■ To do ■
Give the lines below again exactly, starting with the line that holds "# Sketch5 → Boss-Extrude4 (add)" and going on through the line that holds "Rectangle(SKETCH6_W, SKETCH6_H)".

Stored data:

=== Section Start ===

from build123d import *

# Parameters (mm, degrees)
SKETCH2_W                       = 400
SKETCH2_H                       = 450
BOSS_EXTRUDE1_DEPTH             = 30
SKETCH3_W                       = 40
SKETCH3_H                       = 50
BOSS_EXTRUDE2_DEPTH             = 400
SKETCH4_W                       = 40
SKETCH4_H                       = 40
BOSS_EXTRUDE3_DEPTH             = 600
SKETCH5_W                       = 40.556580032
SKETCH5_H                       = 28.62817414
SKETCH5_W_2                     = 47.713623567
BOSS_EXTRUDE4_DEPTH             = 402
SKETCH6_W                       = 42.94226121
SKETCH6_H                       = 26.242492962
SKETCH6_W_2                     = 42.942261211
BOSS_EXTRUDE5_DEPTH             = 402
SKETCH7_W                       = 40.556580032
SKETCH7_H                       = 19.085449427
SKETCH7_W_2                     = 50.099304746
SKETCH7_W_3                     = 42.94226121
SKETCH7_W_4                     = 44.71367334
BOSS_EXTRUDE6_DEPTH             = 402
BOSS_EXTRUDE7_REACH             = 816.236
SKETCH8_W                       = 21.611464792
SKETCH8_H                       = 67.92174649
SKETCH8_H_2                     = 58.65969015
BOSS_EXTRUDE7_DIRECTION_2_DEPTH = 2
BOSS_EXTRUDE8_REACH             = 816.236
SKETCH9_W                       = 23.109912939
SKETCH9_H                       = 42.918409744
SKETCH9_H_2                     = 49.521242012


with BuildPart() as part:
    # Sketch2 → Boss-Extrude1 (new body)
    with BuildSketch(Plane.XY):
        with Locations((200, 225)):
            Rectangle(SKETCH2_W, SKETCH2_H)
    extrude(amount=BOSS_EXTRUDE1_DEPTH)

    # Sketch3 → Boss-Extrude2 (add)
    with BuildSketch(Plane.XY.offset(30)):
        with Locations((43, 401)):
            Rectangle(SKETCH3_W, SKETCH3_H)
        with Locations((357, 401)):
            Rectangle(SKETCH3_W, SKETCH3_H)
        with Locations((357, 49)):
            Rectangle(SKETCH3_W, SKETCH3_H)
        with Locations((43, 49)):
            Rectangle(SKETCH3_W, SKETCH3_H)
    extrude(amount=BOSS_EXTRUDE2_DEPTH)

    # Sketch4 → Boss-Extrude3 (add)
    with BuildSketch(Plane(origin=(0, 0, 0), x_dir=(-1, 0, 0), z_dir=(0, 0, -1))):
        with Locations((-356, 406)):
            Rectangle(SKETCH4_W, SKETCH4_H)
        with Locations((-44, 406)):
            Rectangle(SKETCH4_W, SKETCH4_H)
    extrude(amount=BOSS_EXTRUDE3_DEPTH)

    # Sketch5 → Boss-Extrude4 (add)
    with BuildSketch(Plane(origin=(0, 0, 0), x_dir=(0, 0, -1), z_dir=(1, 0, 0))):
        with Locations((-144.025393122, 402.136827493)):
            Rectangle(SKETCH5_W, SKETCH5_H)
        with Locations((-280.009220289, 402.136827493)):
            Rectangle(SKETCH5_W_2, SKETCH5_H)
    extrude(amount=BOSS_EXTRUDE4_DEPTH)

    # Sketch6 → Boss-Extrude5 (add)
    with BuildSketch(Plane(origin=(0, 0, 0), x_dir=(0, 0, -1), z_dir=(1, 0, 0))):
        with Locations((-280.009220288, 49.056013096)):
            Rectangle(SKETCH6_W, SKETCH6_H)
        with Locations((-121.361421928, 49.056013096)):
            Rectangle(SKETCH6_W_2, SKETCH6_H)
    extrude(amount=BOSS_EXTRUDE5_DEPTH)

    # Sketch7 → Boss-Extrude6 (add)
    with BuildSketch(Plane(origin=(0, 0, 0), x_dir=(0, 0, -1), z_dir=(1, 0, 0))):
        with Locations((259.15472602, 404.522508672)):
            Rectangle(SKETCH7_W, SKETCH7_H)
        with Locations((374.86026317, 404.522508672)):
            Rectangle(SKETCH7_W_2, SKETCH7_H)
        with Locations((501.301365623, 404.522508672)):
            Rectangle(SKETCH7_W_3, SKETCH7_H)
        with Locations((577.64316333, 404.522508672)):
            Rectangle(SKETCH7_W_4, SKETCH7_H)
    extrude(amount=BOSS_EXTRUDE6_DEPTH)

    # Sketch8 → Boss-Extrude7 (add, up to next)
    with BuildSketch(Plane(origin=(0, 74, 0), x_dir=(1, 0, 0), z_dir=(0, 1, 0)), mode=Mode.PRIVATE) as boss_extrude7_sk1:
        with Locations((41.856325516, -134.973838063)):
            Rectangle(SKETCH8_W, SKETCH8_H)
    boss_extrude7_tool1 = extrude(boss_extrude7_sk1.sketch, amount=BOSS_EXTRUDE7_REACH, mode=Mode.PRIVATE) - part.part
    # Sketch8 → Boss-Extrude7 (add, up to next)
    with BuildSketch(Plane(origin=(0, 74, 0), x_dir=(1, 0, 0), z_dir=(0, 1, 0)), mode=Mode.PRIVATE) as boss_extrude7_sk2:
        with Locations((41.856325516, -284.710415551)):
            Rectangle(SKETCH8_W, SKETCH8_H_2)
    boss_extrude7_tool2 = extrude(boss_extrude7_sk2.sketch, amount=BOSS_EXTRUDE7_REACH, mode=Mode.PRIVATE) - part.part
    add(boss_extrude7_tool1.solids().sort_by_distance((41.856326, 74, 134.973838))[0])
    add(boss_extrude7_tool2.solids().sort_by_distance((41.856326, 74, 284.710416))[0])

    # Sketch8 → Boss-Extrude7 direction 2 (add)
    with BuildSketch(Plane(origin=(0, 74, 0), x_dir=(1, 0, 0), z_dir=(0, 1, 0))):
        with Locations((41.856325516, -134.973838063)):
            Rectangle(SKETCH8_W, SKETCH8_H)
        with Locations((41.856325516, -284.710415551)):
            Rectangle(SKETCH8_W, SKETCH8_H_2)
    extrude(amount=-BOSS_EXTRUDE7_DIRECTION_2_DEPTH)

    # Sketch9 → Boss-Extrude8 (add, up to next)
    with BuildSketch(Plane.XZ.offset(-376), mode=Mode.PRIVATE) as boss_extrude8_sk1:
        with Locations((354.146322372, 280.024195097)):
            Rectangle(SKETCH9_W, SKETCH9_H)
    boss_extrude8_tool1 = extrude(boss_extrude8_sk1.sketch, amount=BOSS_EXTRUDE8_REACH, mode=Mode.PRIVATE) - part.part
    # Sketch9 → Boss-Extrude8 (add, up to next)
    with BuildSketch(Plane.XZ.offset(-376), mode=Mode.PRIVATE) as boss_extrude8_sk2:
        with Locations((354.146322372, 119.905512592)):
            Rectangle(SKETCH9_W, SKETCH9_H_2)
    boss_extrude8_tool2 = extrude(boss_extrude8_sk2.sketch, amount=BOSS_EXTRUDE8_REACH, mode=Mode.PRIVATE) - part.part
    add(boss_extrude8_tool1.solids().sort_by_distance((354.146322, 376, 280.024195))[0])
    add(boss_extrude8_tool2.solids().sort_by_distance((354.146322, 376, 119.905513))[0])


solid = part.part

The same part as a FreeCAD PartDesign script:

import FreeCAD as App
import Part
import Sketcher
from FreeCAD import Vector

doc = App.newDocument("Part")
body = doc.addObject("PartDesign::Body", "Body")

# Sketch on XY plane
sketch1 = doc.addObject("Sketcher::SketchObject", "Sketch")
body.addObject(sketch1)
sketch1.AttachmentSupport = (doc.XY_Plane, [""])
sketch1.MapMode = "FlatFace"
sketch1.addGeometry([
    Part.LineSegment(Vector(0, 450, 0), Vector(0, 0, 0)),
    Part.LineSegment(Vector(0, 0, 0), Vector(400, 0, 0)),
    Part.LineSegment(Vector(400, 0, 0), Vector(400, 450, 0)),
    Part.LineSegment(Vector(400, 450, 0), Vector(0, 450, 0)),
], False)
sketch1.addConstraint([
    Sketcher.Constraint("Coincident", 0, 2, 1, 1),
    Sketcher.Constraint("Coincident", 1, 2, 2, 1),
    Sketcher.Constraint("Coincident", 2, 2, 3, 1),
    Sketcher.Constraint("Coincident", 3, 2, 0, 1),
    Sketcher.Constraint("Vertical", 0),
    Sketcher.Constraint("Horizontal", 1),
    Sketcher.Constraint("Vertical", 2),
    Sketcher.Constraint("Horizontal", 3),
    Sketcher.Constraint("Coincident", 0, 2, -1, 1),
    Sketcher.Constraint("DistanceX", 1, 1, 1, 2, 400.0),
    Sketcher.Constraint("DistanceY", 0, 2, 0, 1, 450.0),
])
pad1 = doc.addObject("PartDesign::Pad", "Pad")
body.addObject(pad1)
pad1.Profile = sketch1
pad1.Length = 30

# Sketch on XY plane
sketch2 = doc.addObject("Sketcher::SketchObject", "Sketch001")
body.addObject(sketch2)
sketch2.AttachmentSupport = (doc.XY_Plane, [""])
sketch2.MapMode = "FlatFace"
sketch2.AttachmentOffset = App.Placement(Vector(0, 0, 30), App.Rotation())
sketch2.addGeometry([
    Part.LineSegment(Vector(23, 426, 0), Vector(23, 376, 0)),  # 0
    Part.LineSegment(Vector(23, 376, 0), Vector(63, 376, 0)),  # 1
    Part.LineSegment(Vector(63, 376, 0), Vector(63, 426, 0)),  # 2
    Part.LineSegment(Vector(63, 426, 0), Vector(23, 426, 0)),  # 3
    Part.LineSegment(Vector(337, 426, 0), Vector(337, 376, 0)),  # 4
    Part.LineSegment(Vector(337, 376, 0), Vector(377, 376, 0)),  # 5
    Part.LineSegment(Vector(377, 376, 0), Vector(377, 426, 0)),  # 6
    Part.LineSegment(Vector(377, 426, 0), Vector(337, 426, 0)),  # 7
    Part.LineSegment(Vector(337, 74, 0), Vector(337, 24, 0)),  # 8
    Part.LineSegment(Vector(337, 24, 0), Vector(377, 24, 0)),  # 9
    Part.LineSegment(Vector(377, 24, 0), Vector(377, 74, 0)),  # 10
    Part.LineSegment(Vector(377, 74, 0), Vector(337, 74, 0)),  # 11
    Part.LineSegment(Vector(23, 74, 0), Vector(23, 24, 0)),  # 12
    Part.LineSegment(Vector(23, 24, 0), Vector(63, 24, 0)),  # 13
    Part.LineSegment(Vector(63, 24, 0), Vector(63, 74, 0)),  # 14
    Part.LineSegment(Vector(63, 74, 0), Vector(23, 74, 0)),  # 15
], False)
sketch2.addConstraint([
    Sketcher.Constraint("Coincident", 0, 2, 1, 1),
    Sketcher.Constraint("Coincident", 1, 2, 2, 1),
    Sketcher.Constraint("Coincident", 2, 2, 3, 1),
    Sketcher.Constraint("Coincident", 3, 2, 0, 1),
    Sketcher.Constraint("Coincident", 4, 2, 5, 1),
    Sketcher.Constraint("Coincident", 5, 2, 6, 1),
    Sketcher.Constraint("Coincident", 6, 2, 7, 1),
    Sketcher.Constraint("Coincident", 7, 2, 4, 1),
    Sketcher.Constraint("Coincident", 8, 2, 9, 1),
    Sketcher.Constraint("Coincident", 9, 2, 10, 1),
    Sketcher.Constraint("Coincident", 10, 2, 11, 1),
    Sketcher.Constraint("Coincident", 11, 2, 8, 1),
    Sketcher.Constraint("Coincident", 12, 2, 13, 1),
    Sketcher.Constraint("Coincident", 13, 2, 14, 1),
    Sketcher.Constraint("Coincident", 14, 2, 15, 1),
    Sketcher.Constraint("Coincident", 15, 2, 12, 1),
    Sketcher.Constraint("Vertical", 0),
    Sketcher.Constraint("Horizontal", 1),
    Sketcher.Constraint("Vertical", 2),
    Sketcher.Constraint("Horizontal", 3),
    Sketcher.Constraint("Vertical", 4),
    Sketcher.Constraint("Horizontal", 5),
    Sketcher.Constraint("Vertical", 6),
    Sketcher.Constraint("Horizontal", 7),
    Sketcher.Constraint("Vertical", 8),
    Sketcher.Constraint("Horizontal", 9),
    Sketcher.Constraint("Vertical", 10),
    Sketcher.Constraint("Horizontal", 11),
    Sketcher.Constraint("Vertical", 12),
    Sketcher.Constraint("Horizontal", 13),
    Sketcher.Constraint("Vertical", 14),
    Sketcher.Constraint("Horizontal", 15),
    Sketcher.Constraint("Horizontal", 1, 2, 4, 2),
    Sketcher.Constraint("Horizontal", 3, 2, 6, 2),
    Sketcher.Constraint("Horizontal", 9, 2, 12, 2),
    Sketcher.Constraint("Horizontal", 11, 2, 14, 2),
    Sketcher.Constraint("Vertical", 7, 2, 8, 2),
    Sketcher.Constraint("Vertical", 6, 2, 9, 2),
    Sketcher.Constraint("Vertical", 3, 2, 12, 2),
    Sketcher.Constraint("Vertical", 2, 2, 13, 2),
    Sketcher.Constraint("Equal", 3, 5),
    Sketcher.Constraint("Equal", 6, 8),
    Sketcher.Constraint("DistanceX", 1, 1, 1, 2, 40.0),
    Sketcher.Constraint("DistanceY", 0, 2, 0, 1, 50.0),
    Sketcher.Constraint("DistanceX", -1, 1, 0, 2, 23.0),
    Sketcher.Constraint("DistanceY", -1, 1, 0, 2, 376.0),
    Sketcher.Constraint("DistanceX", -1, 1, 4, 2, 337.0),
    Sketcher.Constraint("DistanceY", -1, 1, 8, 2, 24.0),
])
pad2 = doc.addObject("PartDesign::Pad", "Pad001")
body.addObject(pad2)
pad2.Profile = sketch2
pad2.Length = 400

# Sketch on XY plane
sketch3 = doc.addObject("Sketcher::SketchObject", "Sketch002")
body.addObject(sketch3)
sketch3.AttachmentSupport = (doc.XY_Plane, [""])
sketch3.MapMode = "FlatFace"
sketch3.addGeometry([
    Part.LineSegment(Vector(376, 426, 0), Vector(376, 386, 0)),  # 0
    Part.LineSegment(Vector(376, 386, 0), Vector(336, 386, 0)),  # 1
    Part.LineSegment(Vector(336, 386, 0), Vector(336, 426, 0)),  # 2
    Part.LineSegment(Vector(336, 426, 0), Vector(376, 426, 0)),  # 3
    Part.LineSegment(Vector(64, 426, 0), Vector(64, 386, 0)),  # 4
    Part.LineSegment(Vector(64, 386, 0), Vector(24, 386, 0)),  # 5
    Part.LineSegment(Vector(24, 386, 0), Vector(24, 426, 0)),  # 6
    Part.LineSegment(Vector(24, 426, 0), Vector(64, 426, 0)),  # 7
], False)
sketch3.addConstraint([
    Sketcher.Constraint("Coincident", 0, 2, 1, 1),
    Sketcher.Constraint("Coincident", 1, 2, 2, 1),
    Sketcher.Constraint("Coincident", 2, 2, 3, 1),
    Sketcher.Constraint("Coincident", 3, 2, 0, 1),
    Sketcher.Constraint("Coincident", 4, 2, 5, 1),
    Sketcher.Constraint("Coincident", 5, 2, 6, 1),
    Sketcher.Constraint("Coincident", 6, 2, 7, 1),
    Sketcher.Constraint("Coincident", 7, 2, 4, 1),
    Sketcher.Constraint("Vertical", 0),
    Sketcher.Constraint("Horizontal", 1),
    Sketcher.Constraint("Vertical", 2),
    Sketcher.Constraint("Horizontal", 3),
    Sketcher.Constraint("Vertical", 4),
    Sketcher.Constraint("Horizontal", 5),
    Sketcher.Constraint("Vertical", 6),
    Sketcher.Constraint("Horizontal", 7),
    Sketcher.Constraint("Horizontal", 1, 2, 4, 2),
    Sketcher.Constraint("Horizontal", 3, 2, 6, 2),
    Sketcher.Constraint("Equal", 3, 5),
    Sketcher.Constraint("Equal", 7, 0),
    Sketcher.Constraint("DistanceX", 1, 2, 1, 1, 40.0),
    Sketcher.Constraint("DistanceX", -1, 1, 0, 2, 376.0),
    Sketcher.Constraint("DistanceY", -1, 1, 0, 2, 386.0),
    Sketcher.Constraint("DistanceX", -1, 1, 4, 2, 64.0),
])
pad3 = doc.addObject("PartDesign::Pad", "Pad002")
body.addObject(pad3)
pad3.Profile = sketch3
pad3.Length = 600
pad3.Reversed = True
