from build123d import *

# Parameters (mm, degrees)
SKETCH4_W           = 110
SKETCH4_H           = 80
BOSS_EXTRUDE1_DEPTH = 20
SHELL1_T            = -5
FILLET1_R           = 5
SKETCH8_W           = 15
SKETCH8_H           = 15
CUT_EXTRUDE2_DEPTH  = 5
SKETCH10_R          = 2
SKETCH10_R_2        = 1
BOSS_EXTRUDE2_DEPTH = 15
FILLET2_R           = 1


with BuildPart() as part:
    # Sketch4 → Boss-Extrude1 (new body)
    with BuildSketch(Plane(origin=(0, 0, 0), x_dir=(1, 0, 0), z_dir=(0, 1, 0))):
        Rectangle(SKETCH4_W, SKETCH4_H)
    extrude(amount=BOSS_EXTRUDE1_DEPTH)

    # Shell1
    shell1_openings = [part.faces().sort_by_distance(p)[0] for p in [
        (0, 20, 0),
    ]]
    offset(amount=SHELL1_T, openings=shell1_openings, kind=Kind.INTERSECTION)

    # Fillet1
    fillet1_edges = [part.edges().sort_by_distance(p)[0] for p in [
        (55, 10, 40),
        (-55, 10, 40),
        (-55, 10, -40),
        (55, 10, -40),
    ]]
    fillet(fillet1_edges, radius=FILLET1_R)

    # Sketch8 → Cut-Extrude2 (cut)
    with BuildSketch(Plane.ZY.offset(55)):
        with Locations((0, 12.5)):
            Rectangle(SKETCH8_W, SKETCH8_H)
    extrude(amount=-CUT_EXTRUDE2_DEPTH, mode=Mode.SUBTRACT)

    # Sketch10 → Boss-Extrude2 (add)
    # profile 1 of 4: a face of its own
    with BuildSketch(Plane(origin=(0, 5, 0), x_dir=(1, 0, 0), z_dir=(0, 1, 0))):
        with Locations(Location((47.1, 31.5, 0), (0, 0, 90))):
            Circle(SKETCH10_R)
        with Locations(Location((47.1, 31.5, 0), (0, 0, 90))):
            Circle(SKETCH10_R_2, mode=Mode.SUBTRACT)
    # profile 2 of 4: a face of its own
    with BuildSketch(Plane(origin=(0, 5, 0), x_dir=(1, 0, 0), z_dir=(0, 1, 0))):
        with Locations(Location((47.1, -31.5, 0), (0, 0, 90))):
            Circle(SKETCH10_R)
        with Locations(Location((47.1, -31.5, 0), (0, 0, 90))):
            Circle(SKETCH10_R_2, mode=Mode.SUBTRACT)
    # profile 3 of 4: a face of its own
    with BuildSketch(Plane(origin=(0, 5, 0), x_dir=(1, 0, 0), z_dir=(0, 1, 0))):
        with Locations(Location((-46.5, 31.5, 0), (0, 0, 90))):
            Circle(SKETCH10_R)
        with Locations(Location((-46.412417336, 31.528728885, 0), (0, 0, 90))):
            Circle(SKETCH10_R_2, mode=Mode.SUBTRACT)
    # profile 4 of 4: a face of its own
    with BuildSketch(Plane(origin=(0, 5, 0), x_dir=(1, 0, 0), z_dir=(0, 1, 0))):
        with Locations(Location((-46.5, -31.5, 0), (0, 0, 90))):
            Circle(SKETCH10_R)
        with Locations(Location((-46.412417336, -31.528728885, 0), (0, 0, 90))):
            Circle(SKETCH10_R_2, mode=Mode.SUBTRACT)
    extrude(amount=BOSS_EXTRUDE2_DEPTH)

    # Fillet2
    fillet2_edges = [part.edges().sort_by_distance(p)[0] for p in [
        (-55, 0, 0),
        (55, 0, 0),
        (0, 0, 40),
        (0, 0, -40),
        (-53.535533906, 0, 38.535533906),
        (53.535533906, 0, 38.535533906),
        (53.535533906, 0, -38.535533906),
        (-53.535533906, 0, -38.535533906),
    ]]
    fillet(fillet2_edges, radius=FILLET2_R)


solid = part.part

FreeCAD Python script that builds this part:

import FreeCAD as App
import Part
import Sketcher

V = App.Vector


def edges_at(feature, points):
    """Names of the edges that pass closest to the given points."""
    edges = feature.Shape.Edges
    near = lambda p: min(range(len(edges)), key=lambda i: edges[i].distToShape(Part.Vertex(*p))[0])
    return sorted({f"Edge{near(p) + 1}" for p in points})


def faces_at(feature, points):
    """Names of the faces that lie closest to the given points."""
    faces = feature.Shape.Faces
    near = lambda p: min(range(len(faces)), key=lambda i: faces[i].distToShape(Part.Vertex(*p))[0])
    return sorted({f"Face{near(p) + 1}" for p in points})

doc = App.newDocument("Part")
body = doc.addObject("PartDesign::Body", "Body")

sketch1 = doc.addObject("Sketcher::SketchObject", "Sketch")
body.addObject(sketch1)
sketch1.AttachmentSupport = (doc.XZ_Plane, [""])
sketch1.MapMode = "FlatFace"
sketch1.addGeometry([
    Part.LineSegment(V(-55, -40, 0), V(-55, 40, 0)),
    Part.LineSegment(V(-55, 40, 0), V(55, 40, 0)),
    Part.LineSegment(V(55, 40, 0), V(55, -40, 0)),
    Part.LineSegment(V(55, -40, 0), V(-55, -40, 0)),
], False)
sketch1.addConstraint([
    Sketcher.Constraint("Coincident", 0, 2, 1, 1),
    Sketcher.Constraint("Coincident", 1, 2, 2, 1),
    Sketcher.Constraint("Coincident", 2, 2, 3, 1),
    Sketcher.Constraint("Coincident", 3, 2, 0, 1),
    Sketcher.Constraint("Vertical", 0),
    Sketcher.Constraint("Horizontal", 1),
    Sketcher.Constraint("Vertical", 2),
    Sketcher.Constraint("Horizontal", 3),
    Sketcher.Constraint("Symmetric", 0, 2, 2, 2, -1, 1),
    Sketcher.Constraint("DistanceX", 1, 1, 1, 2, 110.0),
    Sketcher.Constraint("DistanceY", 0, 1, 0, 2, 80.0),
])
pad1 = doc.addObject("PartDesign::Pad", "Pad")
body.addObject(pad1)
pad1.Profile = sketch1
pad1.Length = 20
pad1.Reversed = True
doc.recompute()

thickness = doc.addObject("PartDesign::Thickness", "Thickness")
body.addObject(thickness)
thickness.Base = (pad1, faces_at(pad1, [(0, 20, 0)]))
thickness.Value = 5
thickness.Reversed = True
thickness.Join = "Intersection"
doc.recompute()

fillet = doc.addObject("PartDesign::Fillet", "Fillet")
body.addObject(fillet)
fillet.Base = (thickness, edges_at(thickness, [
    (55, 10, 40),
    (-55, 10, 40),
    (-55, 10, -40),
    (55, 10, -40),
]))
fillet.Radius = 5

sketch2 = doc.addObject("Sketcher::SketchObject", "Sketch001")
body.addObject(sketch2)
sketch2.AttachmentSupport = (doc.YZ_Plane, [""])
sketch2.MapMode = "FlatFace"
sketch2.AttachmentOffset = App.Placement(V(0, 0, -55), App.Rotation())
sketch2.addGeometry([
    Part.LineSegment(V(20, -8, 0), V(5, -8, 0)),
    Part.LineSegment(V(5, -8, 0), V(5, 8, 0)),
    Part.LineSegment(V(5, 8, 0), V(20, 8, 0)),
    Part.LineSegment(V(20, 8, 0), V(20, -8, 0)),
], False)
sketch2.addConstraint([
    Sketcher.Constraint("Coincident", 0, 2, 1, 1),
    Sketcher.Constraint("Coincident", 1, 2, 2, 1),
    Sketcher.Constraint("Coincident", 2, 2, 3, 1),
    Sketcher.Constraint("Coincident", 3, 2, 0, 1),
    Sketcher.Constraint("Horizontal", 0),
    Sketcher.Constraint("Vertical", 1),
    Sketcher.Constraint("Horizontal", 2),
    Sketcher.Constraint("Vertical", 3),
    Sketcher.Constraint("Equal", 2, 1),
    Sketcher.Constraint("DistanceX", 0, 2, 0, 1, 15.0),
    Sketcher.Constraint("DistanceX", -1, 1, 0, 2, 5.0),
    Sketcher.Constraint("DistanceY", 0, 2, -1, 1, 7.5),
])
pocket1 = doc.addObject("PartDesign::Pocket", "Pocket")
body.addObject(pocket1)
pocket1.Profile = sketch2
pocket1.Length = 5
pocket1.Reversed = True

sketch3 = doc.addObject("Sketcher::SketchObject", "Sketch002")
body.addObject(sketch3)
sketch3.AttachmentSupport = (doc.XZ_Plane, [""])
sketch3.MapMode = "FlatFace"
sketch3.AttachmentOffset = App.Placement(V(0, 0, -5), App.Rotation())
sketch3.addGeometry([
    Part.Circle(V(47.1, -31.5, 0), V(0, 0, 1), 2),
    Part.Circle(V(47.1, -31.5, 0), V(0, 0, 1), 1),
    Part.Circle(V(47.1, 31.5, 0), V(0, 0, 1), 2),
    Part.Circle(V(47.1, 31.5, 0), V(0, 0, 1), 1),
    Part.Circle(V(-46.5, -31.5, 0), V(0, 0, 1), 2),
    Part.Circle(V(-46.4, -31.5, 0), V(0, 0, 1), 1),
    Part.Circle(V(-46.5, 31.5, 0), V(0, 0, 1), 2),
    Part.Circle(V(-46.4, 31.5, 0), V(0, 0, 1), 1),
], False)
sketch3.addConstraint([
    Sketcher.Constraint("Coincident", 1, 3, 0, 3),
    Sketcher.Constraint("Coincident", 3, 3, 2, 3),
    Sketcher.Constraint("Equal", 0, 2),
    Sketcher.Constraint("Equal", 1, 3),
    Sketcher.Constraint("Equal", 2, 4),
    Sketcher.Constraint("Equal", 3, 5),
    Sketcher.Constraint("Equal", 4, 6),
    Sketcher.Constraint("Equal", 5, 7),
    Sketcher.Constraint("Symmetric", 0, 3, 2, 3, -1),
    Sketcher.Constraint("Symmetric", 4, 3, 6, 3, -1),
    Sketcher.Constraint("Symmetric", 5, 3, 7, 3, -1),
    Sketcher.Constraint("Horizontal", 1, 3, 4, 3),
    Sketcher.Constraint("Diameter", 0, 4.0),
    Sketcher.Constraint("Diameter", 1, 2.0),
    Sketcher.Constraint("DistanceY", 0, 3, 2, 3, 63.0),
    Sketcher.Constraint("DistanceX", -1, 1, 0, 3, 47.1),
    Sketcher.Constraint("DistanceX", 4, 3, -1, 1, 46.5),
    Sketcher.Constraint("DistanceY", 5, 3, -1, 1, 31.528729),
    Sketcher.Constraint("DistanceX", 5, 3, -1, 1, 46.412417),
])
pad2 = doc.addObject("PartDesign::Pad", "Pad001")
body.addObject(pad2)
pad2.Profile = sketch3
pad2.Length = 15
pad2.Reversed = True
doc.recompute()

fillet2 = doc.addObject("PartDesign::Fillet", "Fillet001")
body.addObject(fillet2)
fillet2.Base = (pad2, edges_at(pad2, [
    (-55, 0, 0),
    (55, 0, 0),
    (0, 0, 40),
    (0, 0, -40),
    (-53.536, 0, 38.536),
    (53.536, 0, 38.536),
    (53.536, 0, -38.536),
    (-53.536, 0, -38.536),
]))
fillet2.Radius = 1

doc.recompute()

=== Section End ===

■ Worked solution ■
    # Sketch5 → Boss-Extrude4 (add)
    with BuildSketch(Plane(origin=(0, 0, 0), x_dir=(0, 0, -1), z_dir=(1, 0, 0))):
        with Locations((-144.025393122, 402.136827493)):
            Rectangle(SKETCH5_W, SKETCH5_H)
        with Locations((-280.009220289, 402.136827493)):
            Rectangle(SKETCH5_W_2, SKETCH5_H)
    extrude(amount=BOSS_EXTRUDE4_DEPTH)

    # Sketch6 → Boss-Extrude5 (add)
    with BuildSketch(Plane(origin=(0, 0, 0), x_dir=(0, 0, -1), z_dir=(1, 0, 0))):
        with Locations((-280.009220288, 49.056013096)):
            Rectangle(SKETCH6_W, SKETCH6_H)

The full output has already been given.